Beijing CBD 2008-6-9 Jianwai SOHO, Yitai Center, CCTV (Photo credit: Wikipedia)

China's holdings in U.S. Treasurys, which reached record levels in 2013, are setting off alarm bells. They shouldn't. They underscore that Beijing is becoming more dependent on the U.S. and the rest of the world for its strength and prosperity. China's military leaders may not recognize that truth any more than Germany's military, its militaristic Prussian aristocracy (which had outsize influence prior to WWI) and some of its intellectuals did in 1914.

Some points to keep in mind.

--If we and Beijing ever engaged in a mortal confrontation, how much would China's holdings in American government bonds be worth if we said the paper was no longer valid? Beijing is a hostage to our willingness to honor these obligations.

--China has not been a big buyer of our paper for several years because of its concerns about the dollar's integrity.

--Chinese companies get dollars by selling us products that they either made or assembled from corporate global supply chains. Unless China wants to sit on paper money, it will continue to use those dollars to buy stuff from us, in this case government bonds.

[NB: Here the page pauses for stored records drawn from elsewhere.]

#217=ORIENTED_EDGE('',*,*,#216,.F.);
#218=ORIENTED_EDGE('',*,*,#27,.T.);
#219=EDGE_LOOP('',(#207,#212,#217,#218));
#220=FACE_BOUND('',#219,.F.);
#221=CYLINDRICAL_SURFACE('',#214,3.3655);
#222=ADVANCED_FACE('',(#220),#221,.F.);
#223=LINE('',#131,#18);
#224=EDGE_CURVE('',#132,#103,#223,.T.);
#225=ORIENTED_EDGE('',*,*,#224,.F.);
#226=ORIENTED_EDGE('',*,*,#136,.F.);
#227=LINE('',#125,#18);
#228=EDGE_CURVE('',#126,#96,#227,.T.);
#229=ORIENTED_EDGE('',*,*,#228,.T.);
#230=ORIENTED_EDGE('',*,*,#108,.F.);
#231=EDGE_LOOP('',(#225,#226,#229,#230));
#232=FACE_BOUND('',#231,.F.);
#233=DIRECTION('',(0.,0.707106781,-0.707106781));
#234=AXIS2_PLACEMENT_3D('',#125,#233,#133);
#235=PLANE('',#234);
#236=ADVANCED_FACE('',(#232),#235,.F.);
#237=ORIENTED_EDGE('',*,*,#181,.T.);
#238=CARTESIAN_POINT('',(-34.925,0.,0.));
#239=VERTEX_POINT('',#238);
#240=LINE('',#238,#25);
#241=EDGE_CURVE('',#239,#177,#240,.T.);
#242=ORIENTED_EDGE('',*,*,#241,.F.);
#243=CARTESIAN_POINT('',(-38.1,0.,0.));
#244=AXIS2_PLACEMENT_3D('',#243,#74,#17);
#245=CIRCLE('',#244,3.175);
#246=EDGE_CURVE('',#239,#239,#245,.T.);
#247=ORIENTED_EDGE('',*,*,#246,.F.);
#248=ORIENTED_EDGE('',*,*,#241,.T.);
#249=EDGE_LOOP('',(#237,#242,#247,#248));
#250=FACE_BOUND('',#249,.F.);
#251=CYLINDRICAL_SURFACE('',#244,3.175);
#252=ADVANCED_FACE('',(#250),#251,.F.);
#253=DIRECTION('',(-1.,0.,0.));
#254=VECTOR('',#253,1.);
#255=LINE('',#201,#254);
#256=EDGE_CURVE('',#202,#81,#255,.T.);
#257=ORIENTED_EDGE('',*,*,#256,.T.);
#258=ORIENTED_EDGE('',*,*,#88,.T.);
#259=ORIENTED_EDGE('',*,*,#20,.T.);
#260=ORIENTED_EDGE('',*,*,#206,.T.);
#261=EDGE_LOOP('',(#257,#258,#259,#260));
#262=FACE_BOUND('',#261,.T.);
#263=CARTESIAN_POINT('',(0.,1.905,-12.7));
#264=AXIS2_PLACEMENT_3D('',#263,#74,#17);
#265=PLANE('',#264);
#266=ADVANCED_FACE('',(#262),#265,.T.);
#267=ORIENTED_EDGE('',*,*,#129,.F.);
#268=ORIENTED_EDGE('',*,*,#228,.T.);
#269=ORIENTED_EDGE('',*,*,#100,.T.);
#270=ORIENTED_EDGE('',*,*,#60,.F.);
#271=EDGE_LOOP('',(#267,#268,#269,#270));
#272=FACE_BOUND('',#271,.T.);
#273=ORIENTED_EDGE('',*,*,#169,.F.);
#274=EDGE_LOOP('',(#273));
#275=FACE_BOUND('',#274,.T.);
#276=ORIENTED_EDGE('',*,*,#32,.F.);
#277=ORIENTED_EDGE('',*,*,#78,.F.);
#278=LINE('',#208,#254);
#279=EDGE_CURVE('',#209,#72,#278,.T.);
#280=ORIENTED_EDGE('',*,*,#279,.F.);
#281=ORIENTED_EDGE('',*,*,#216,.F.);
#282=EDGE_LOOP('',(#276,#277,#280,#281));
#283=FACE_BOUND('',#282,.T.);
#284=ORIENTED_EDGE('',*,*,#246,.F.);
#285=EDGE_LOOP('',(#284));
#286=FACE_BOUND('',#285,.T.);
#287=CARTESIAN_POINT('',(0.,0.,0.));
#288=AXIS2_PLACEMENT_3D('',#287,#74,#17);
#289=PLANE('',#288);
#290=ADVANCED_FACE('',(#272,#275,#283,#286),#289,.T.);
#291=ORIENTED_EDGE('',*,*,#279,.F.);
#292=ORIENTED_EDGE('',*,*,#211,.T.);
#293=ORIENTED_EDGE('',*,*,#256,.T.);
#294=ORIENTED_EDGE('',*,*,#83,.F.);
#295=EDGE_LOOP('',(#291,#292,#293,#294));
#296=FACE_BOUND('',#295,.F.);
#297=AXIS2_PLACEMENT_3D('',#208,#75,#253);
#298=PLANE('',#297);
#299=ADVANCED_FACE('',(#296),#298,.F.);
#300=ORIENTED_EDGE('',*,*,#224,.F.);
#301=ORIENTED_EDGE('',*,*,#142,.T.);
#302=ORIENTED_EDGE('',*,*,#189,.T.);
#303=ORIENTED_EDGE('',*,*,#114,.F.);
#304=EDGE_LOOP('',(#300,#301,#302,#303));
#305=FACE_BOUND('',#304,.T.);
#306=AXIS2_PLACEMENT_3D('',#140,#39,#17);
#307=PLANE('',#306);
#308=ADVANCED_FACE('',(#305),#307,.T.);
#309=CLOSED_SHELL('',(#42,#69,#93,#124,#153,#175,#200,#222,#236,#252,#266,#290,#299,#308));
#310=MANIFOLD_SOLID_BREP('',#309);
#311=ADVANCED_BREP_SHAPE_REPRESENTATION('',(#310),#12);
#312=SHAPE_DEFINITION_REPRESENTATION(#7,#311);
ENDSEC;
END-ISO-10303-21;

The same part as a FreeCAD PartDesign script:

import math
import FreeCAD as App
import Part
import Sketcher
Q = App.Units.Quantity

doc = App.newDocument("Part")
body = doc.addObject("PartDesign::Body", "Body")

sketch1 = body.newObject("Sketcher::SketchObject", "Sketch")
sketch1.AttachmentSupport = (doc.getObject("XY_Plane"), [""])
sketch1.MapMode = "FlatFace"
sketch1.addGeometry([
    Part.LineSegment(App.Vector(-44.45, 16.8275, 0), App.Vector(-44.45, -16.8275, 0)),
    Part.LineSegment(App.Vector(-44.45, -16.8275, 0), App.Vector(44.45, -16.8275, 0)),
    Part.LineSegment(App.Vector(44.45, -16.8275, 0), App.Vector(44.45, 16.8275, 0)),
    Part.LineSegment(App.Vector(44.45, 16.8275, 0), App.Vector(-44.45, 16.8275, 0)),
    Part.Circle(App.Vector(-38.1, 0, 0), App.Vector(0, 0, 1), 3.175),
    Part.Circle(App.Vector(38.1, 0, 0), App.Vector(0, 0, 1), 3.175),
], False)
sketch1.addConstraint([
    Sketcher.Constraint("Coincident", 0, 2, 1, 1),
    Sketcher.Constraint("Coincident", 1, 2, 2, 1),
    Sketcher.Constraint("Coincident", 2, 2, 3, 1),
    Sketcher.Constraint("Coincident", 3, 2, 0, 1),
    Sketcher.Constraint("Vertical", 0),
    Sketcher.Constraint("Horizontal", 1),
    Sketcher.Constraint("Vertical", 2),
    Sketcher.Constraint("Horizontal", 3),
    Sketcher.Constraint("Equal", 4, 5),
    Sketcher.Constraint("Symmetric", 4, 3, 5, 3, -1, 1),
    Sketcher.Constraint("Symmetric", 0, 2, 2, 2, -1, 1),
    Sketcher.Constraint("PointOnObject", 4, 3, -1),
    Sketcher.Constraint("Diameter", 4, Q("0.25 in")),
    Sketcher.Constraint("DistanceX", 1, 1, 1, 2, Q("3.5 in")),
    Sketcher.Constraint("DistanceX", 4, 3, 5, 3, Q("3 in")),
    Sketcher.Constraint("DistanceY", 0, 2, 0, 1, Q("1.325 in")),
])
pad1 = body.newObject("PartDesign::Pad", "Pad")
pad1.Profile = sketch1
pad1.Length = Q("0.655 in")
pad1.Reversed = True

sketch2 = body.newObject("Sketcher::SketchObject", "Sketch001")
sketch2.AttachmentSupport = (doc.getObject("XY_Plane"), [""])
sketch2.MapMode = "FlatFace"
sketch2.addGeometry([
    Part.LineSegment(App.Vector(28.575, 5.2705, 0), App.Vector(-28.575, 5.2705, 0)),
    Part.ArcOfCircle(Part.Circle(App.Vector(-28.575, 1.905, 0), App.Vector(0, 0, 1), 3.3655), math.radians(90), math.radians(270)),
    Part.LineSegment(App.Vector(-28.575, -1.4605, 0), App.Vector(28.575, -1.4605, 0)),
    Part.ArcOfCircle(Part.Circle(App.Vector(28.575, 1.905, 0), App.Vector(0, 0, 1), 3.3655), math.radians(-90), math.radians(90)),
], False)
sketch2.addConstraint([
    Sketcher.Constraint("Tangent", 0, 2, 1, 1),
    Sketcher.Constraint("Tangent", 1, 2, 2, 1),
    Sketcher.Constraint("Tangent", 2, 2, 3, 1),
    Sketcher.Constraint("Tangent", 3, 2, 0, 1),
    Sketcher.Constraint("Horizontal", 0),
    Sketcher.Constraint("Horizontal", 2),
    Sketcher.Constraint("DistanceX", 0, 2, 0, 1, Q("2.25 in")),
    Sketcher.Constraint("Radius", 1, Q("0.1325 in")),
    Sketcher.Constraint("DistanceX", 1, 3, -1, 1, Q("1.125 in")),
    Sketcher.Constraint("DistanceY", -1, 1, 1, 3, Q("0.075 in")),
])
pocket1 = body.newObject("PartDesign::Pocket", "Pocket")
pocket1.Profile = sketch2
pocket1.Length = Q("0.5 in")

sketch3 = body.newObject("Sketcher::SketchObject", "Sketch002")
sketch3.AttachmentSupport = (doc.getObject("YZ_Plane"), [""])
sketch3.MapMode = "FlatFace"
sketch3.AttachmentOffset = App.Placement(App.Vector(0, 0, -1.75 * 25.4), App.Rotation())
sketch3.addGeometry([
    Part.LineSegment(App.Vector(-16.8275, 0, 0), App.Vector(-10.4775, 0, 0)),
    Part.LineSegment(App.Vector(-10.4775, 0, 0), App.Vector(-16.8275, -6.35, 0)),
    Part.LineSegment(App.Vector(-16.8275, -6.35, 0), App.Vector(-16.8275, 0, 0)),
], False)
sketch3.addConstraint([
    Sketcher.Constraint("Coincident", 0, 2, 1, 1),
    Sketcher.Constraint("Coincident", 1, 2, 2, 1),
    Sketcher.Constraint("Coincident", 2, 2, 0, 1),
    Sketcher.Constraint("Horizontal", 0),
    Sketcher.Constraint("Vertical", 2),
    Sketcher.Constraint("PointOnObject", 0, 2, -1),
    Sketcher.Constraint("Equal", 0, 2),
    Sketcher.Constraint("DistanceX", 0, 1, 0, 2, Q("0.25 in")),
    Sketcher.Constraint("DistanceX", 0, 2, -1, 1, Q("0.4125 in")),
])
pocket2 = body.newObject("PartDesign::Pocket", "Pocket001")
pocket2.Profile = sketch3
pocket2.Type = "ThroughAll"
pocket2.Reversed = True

--The fact that the Chinese government is amassing so much in foreign currencies--$3.8 trillion at last count--means that China's capital markets are still primitive compared with ours and Britain's. That money is centrally controlled instead of being in the hands of numerous parties--banks, insurance companies, venture capital funds, mutual funds, private companies that wish to invest overseas and so on--that would put it to work creating new products and services. Prior to WWI Britain ran mammoth trade surpluses, which were far greater proportionately than are those of China. But the money didn't sit in the Bank of England collecting interest. It financed a mind-boggling array of railroads, companies and agricultural enterprises all over the world. Private entrepreneurs, not government officials, directed those investments. British capital, for instance, financed much of the industrialization of the U.S.

--What would happen if China, to damage us, decided to dump its trove of Treasurys? Prices might wobble, but not for long. There are trillions of dollars' worth of financial securities scattered around the world, and smart asset buyers would gobble up Treasurys if they thought they were underpriced. Moreover, the Fed, which already has a bloated balance sheet of $4 trillion, could easily absorb what China owns in Treasurys--$1.3 trillion.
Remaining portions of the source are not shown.